Watching the news this morning, I was appalled when the minor children of a senatorial candidate was being “employed” to campaign for their father. This is the reason for this blog lecture. Call it my Labor Day lecture if you want…
Give a law protecting children against child abuse, exploitation and discrimination?
It is Republic Act No. 7610, otherwise known as the “Special Protection of Children Against Abuse, Exploitation and Discrimination Act.”
What does this law provide as regards putting children to work?
Under Section 3 (c) (2) of that law, putting children to work under conditions hazardous to life, safety and normal which unduly interfere with their normal development, qualifies as a circumstance which gravely threaten or endanger the survival and normal development of children, which, in turn, is punishable under this act.
Putting a minor child on the campaign trail is arguably putting a child to work under illegal conditions, since the campaign trail is hazardous to the child’s life and safety.
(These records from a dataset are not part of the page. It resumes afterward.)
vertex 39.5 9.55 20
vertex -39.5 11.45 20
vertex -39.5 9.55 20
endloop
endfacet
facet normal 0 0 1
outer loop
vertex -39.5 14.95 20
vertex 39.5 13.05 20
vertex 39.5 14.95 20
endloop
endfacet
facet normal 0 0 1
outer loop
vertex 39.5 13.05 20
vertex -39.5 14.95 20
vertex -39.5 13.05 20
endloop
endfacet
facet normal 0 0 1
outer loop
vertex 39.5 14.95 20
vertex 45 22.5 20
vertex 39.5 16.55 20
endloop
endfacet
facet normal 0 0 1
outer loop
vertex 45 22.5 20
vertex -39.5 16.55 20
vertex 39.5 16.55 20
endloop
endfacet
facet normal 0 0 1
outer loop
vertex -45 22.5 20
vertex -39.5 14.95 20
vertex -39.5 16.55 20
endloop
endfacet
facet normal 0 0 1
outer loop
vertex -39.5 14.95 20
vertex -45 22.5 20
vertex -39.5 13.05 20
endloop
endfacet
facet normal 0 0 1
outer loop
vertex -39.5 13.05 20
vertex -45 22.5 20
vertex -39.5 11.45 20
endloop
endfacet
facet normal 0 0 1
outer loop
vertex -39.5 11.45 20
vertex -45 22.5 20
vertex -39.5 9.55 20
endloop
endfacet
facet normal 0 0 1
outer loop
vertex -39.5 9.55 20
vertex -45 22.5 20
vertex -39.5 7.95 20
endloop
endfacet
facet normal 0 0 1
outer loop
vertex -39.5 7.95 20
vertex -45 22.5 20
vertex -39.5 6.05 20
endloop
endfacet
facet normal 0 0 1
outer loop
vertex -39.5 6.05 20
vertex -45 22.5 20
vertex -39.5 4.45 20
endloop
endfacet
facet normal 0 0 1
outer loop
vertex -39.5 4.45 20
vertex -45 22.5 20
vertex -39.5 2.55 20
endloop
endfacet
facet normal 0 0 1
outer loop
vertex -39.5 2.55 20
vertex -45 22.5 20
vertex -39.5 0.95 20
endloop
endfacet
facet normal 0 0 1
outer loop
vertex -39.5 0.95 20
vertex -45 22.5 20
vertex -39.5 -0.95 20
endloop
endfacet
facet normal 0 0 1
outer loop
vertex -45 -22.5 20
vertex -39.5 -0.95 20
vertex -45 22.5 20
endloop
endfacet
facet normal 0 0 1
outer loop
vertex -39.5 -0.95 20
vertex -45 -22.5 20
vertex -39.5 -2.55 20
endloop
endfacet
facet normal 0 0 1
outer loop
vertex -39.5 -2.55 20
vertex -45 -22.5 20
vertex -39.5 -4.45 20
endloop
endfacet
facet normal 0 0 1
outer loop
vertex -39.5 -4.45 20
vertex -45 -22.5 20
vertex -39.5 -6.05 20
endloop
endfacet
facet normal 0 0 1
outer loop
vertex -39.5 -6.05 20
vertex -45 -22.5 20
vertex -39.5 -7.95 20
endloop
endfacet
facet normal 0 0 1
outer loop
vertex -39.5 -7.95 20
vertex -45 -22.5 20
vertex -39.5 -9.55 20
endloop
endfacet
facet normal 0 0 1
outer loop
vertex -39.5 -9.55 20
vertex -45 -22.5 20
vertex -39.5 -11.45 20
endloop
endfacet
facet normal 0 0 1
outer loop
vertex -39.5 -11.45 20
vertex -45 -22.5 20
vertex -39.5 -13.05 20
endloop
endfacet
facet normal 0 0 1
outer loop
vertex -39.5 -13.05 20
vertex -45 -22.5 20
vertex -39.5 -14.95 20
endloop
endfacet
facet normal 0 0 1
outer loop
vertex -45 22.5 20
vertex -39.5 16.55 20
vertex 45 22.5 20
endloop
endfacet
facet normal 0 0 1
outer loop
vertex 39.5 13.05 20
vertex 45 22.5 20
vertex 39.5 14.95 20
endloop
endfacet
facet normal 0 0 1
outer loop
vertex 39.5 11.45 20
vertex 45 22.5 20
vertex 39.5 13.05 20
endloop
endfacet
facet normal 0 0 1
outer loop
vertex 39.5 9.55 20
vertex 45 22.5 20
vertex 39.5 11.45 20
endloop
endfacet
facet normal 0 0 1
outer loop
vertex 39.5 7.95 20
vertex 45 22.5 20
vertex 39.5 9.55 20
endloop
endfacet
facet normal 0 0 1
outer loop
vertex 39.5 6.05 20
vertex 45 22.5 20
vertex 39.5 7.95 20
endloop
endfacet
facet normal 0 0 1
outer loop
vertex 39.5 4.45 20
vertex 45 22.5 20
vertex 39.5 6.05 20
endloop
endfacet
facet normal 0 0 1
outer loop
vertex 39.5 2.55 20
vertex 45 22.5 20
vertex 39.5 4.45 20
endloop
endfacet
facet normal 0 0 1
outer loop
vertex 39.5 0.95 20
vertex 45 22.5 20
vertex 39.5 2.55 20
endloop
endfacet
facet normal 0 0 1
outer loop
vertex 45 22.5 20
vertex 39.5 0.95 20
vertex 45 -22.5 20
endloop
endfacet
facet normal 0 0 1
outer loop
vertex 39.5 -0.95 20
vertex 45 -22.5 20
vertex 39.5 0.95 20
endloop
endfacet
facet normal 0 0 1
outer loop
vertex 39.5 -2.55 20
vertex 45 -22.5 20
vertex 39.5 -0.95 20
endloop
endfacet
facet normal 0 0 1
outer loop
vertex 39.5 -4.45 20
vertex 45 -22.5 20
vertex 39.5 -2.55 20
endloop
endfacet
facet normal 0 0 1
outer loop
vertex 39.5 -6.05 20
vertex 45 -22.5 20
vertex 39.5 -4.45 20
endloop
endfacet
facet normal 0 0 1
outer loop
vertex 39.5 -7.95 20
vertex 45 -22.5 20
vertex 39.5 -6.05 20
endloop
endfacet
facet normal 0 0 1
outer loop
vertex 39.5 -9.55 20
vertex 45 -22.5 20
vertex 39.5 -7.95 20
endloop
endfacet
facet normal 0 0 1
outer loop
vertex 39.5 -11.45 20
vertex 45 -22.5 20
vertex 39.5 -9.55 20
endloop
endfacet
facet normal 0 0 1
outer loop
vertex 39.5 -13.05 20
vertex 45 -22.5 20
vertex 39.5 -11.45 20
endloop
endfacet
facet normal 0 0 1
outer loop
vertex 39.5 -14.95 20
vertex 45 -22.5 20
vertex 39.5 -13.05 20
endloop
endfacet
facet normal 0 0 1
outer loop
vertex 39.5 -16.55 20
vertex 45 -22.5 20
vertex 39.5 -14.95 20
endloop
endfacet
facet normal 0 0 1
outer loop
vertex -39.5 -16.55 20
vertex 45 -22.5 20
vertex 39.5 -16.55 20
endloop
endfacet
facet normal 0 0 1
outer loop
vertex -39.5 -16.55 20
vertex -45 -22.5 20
A campaign activity is no place for a child, even if temporary.
Under Section 12 of the same law:
Section 12. Employment of Children. – Children below fifteen (15) years of age may be employed except:
(1) When a child works directly under the sole responsibility of his parents or legal guardian and where only members of the employer’s family are employed: Provided, however, That his employment neither endangers his life, safety and health and morals, nor impairs his normal development: Provided, further, That the parent or legal guardian shall provide the said minor child with the prescribed primary and/or secondary education; or
(2) When a child’s employment or participation in public & entertainment or information through cinema, theater, radio or television is essential: Provided, The employment contract concluded by the child’s parent or guardian, with the express agreement of the child concerned, if possible, and the approval of the Department of Labor and Employment: Provided, That the following requirements in all instances are strictly complied with:
(a) The employer shall ensure the protection, health, safety and morals of the child;
(b) the employer shall institute measures to prevent the child’s exploitation or discrimination taking into account the system and level of remuneration, and the duration and arrangement of working time; and;
(c) The employer shall formulate and implement, subject to the approval and supervision of competent authorities, a continuing program for training and skill acquisition of the child.
In the above exceptional cases where any such child may be employed, the employer shall first secure, before engaging such child, a work permit from the Department of Labor and Employment which shall ensure observance of the above requirement.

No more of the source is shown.